The concentration of zero-noise limits of invariant measures for stochastic dynamical systems

TL;DR

This paper investigates how invariant measures of stochastic differential equations concentrate around stable sets as noise diminishes, using large deviations and Lyapunov functions, and establishes a large deviations principle.

Contribution

It provides new estimates of invariant measures near stable and unstable sets and proves a large deviations principle for these measures in stochastic dynamical systems.

Findings

Invariant measures concentrate on stable sets minimizing a cost functional.

Invariant measures tend to the intersection of stable sets and the Birkhoff center.
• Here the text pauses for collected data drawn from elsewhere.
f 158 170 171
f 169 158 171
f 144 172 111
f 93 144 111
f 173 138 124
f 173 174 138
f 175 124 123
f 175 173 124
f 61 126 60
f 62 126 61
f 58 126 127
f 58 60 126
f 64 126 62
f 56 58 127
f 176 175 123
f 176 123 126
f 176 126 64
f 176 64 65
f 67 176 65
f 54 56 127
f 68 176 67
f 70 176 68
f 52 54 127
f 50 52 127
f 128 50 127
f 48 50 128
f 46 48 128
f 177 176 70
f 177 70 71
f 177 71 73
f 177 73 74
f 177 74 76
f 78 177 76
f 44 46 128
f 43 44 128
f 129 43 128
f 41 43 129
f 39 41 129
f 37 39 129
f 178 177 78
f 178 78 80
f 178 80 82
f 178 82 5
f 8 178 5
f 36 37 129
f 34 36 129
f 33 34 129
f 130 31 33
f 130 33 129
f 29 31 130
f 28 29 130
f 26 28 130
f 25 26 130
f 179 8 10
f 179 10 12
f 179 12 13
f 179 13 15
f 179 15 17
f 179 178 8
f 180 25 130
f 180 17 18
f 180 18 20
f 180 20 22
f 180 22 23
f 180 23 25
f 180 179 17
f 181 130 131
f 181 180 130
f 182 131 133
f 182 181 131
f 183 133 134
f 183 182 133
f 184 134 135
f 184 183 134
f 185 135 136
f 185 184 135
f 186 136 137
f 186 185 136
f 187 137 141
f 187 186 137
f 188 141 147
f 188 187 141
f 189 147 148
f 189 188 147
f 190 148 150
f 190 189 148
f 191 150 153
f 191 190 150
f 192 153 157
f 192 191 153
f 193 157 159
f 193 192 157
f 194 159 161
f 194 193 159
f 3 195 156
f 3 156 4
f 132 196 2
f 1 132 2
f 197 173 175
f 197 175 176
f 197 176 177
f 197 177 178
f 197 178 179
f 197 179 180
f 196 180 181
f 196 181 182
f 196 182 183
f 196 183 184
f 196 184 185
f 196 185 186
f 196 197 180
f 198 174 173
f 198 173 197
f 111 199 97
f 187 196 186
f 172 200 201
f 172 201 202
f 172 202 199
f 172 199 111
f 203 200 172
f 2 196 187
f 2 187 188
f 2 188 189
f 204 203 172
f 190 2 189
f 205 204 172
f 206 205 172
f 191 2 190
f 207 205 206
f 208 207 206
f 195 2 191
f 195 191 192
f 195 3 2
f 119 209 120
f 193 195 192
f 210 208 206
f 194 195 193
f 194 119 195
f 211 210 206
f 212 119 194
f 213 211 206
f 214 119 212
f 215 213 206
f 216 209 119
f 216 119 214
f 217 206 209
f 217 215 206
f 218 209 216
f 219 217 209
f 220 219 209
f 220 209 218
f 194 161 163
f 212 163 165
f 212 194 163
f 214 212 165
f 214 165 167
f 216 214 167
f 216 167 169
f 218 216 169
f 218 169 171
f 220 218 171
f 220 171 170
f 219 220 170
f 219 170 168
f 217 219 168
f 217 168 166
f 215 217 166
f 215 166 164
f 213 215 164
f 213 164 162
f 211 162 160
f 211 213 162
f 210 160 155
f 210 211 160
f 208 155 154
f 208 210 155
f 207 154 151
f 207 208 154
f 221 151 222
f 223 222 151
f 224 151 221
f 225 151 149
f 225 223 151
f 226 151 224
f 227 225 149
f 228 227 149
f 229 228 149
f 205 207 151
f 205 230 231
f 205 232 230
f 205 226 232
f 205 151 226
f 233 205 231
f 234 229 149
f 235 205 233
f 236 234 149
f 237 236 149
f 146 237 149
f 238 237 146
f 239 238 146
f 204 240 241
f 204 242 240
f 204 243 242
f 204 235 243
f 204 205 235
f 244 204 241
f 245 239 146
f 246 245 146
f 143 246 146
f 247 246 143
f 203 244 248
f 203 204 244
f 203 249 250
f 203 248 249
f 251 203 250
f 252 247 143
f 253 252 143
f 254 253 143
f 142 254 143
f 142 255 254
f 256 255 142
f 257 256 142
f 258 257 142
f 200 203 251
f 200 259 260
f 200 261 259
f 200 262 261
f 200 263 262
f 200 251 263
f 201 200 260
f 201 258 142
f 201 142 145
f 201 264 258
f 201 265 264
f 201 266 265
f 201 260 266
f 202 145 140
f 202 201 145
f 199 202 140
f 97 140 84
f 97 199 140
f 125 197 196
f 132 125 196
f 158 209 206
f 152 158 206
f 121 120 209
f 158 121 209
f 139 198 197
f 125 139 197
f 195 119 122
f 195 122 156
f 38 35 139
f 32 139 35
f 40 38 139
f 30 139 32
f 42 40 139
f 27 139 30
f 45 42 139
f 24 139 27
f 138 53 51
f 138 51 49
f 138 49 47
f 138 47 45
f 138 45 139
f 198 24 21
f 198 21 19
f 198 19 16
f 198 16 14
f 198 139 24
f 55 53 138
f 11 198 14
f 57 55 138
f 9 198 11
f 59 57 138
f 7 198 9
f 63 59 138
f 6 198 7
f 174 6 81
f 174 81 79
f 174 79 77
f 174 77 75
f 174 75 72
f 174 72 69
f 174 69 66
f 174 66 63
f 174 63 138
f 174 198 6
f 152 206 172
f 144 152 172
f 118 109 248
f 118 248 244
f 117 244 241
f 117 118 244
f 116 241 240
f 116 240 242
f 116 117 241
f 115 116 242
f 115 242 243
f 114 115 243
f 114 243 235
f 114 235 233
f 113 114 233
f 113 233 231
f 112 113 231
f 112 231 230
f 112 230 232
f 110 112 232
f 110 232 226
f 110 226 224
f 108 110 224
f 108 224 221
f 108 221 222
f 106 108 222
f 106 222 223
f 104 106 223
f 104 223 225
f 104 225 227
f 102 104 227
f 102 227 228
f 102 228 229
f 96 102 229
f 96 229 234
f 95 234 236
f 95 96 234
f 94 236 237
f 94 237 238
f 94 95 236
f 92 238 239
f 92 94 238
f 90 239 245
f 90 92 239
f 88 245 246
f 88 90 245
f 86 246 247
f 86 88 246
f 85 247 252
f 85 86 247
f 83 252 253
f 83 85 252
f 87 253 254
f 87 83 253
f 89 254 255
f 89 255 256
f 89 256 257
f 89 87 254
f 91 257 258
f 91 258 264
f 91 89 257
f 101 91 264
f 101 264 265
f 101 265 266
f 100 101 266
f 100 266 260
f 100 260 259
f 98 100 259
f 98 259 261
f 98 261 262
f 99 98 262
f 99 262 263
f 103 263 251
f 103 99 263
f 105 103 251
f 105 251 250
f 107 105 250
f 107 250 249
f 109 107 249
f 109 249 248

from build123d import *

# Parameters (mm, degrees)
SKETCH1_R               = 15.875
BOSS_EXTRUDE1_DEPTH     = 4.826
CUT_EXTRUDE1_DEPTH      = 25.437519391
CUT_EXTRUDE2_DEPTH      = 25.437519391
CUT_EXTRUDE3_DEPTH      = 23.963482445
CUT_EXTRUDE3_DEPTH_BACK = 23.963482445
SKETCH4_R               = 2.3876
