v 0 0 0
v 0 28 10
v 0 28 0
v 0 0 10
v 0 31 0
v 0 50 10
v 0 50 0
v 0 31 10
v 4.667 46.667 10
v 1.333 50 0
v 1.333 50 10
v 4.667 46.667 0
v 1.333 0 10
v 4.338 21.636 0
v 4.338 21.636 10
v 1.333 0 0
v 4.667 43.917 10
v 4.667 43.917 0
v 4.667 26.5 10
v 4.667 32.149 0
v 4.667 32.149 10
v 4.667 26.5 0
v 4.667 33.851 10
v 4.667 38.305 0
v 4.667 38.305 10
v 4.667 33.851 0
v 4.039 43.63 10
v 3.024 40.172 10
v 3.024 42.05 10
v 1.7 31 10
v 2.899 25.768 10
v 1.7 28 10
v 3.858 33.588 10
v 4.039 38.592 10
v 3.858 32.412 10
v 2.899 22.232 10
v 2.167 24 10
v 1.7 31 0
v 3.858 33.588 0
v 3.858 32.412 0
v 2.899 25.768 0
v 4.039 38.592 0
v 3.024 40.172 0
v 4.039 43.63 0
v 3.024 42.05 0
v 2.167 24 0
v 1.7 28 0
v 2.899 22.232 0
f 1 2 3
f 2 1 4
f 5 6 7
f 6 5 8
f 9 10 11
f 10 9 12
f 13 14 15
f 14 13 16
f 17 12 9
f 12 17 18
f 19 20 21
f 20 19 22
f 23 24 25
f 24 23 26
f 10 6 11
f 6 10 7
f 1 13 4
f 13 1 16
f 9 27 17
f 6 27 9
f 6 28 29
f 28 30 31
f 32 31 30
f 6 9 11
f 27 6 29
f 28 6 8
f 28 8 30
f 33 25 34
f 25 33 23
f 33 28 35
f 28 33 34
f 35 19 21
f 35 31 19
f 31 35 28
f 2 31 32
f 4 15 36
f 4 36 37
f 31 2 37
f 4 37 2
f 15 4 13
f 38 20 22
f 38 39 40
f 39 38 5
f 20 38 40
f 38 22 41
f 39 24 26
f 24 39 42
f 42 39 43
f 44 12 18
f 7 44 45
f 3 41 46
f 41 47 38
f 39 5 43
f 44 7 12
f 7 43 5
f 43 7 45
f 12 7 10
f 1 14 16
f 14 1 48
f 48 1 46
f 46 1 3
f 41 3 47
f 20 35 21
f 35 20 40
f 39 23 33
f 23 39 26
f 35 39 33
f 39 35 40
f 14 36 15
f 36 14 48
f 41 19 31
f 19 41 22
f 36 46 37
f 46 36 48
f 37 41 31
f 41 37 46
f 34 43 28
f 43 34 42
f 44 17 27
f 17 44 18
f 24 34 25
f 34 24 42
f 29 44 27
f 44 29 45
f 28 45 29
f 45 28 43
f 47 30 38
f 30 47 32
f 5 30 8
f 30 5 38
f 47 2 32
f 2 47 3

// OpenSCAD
PEG (50, 10);

module PEG (lenght, width) {
	A=lenght;
	B=lenght*(2/75);
	C=lenght*(7/75);
	D=lenght*(70/75);
	E=lenght*(36/75);	
	difference(){	
		linear_extrude(height=width)
		polygon(points=[[0,0],[0,A],[B,A],[C,D],[C,E],[B,0]],paths=[[0,1,2,3,4,5]]);
		translate([C,E+9,0]) cylinder(h = width, r=1);
		translate([C,E,0]) cylinder(h = width, r=2.5);
		translate([C*((A/15)/2.5),D-(A/9),0]) cylinder(h = width, r=A/15);
		translate([0,E+4,0]) cube([1.7,3,width]);	
	}
}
Large deviations principle for invariant measures is established.

Abstract

In this paper, we study concentration phenomena of zero-noise limits of invariant measures for stochastic differential equations defined on $\mathbb{R}^d$ with locally Lipschitz continuous coefficients and more than one ergodic state. Under some dissipative conditions, by using Lyapunov-like functions and large deviations methods, we estimate the invariant measures in neighborhoods of stable sets, neighborhoods of unstable sets and their complement, respectively. Our result illustrates that invariant measures concentrate on the intersection of stable sets where a cost functional $W(K_i)$ is minimized and the Birkhoff center of the corresponding deterministic systems as noise tends down to zero. Furthermore, we prove the large deviations principle of invariant measures. At the end of this paper, we provide some explicit examples and their numerical simulations.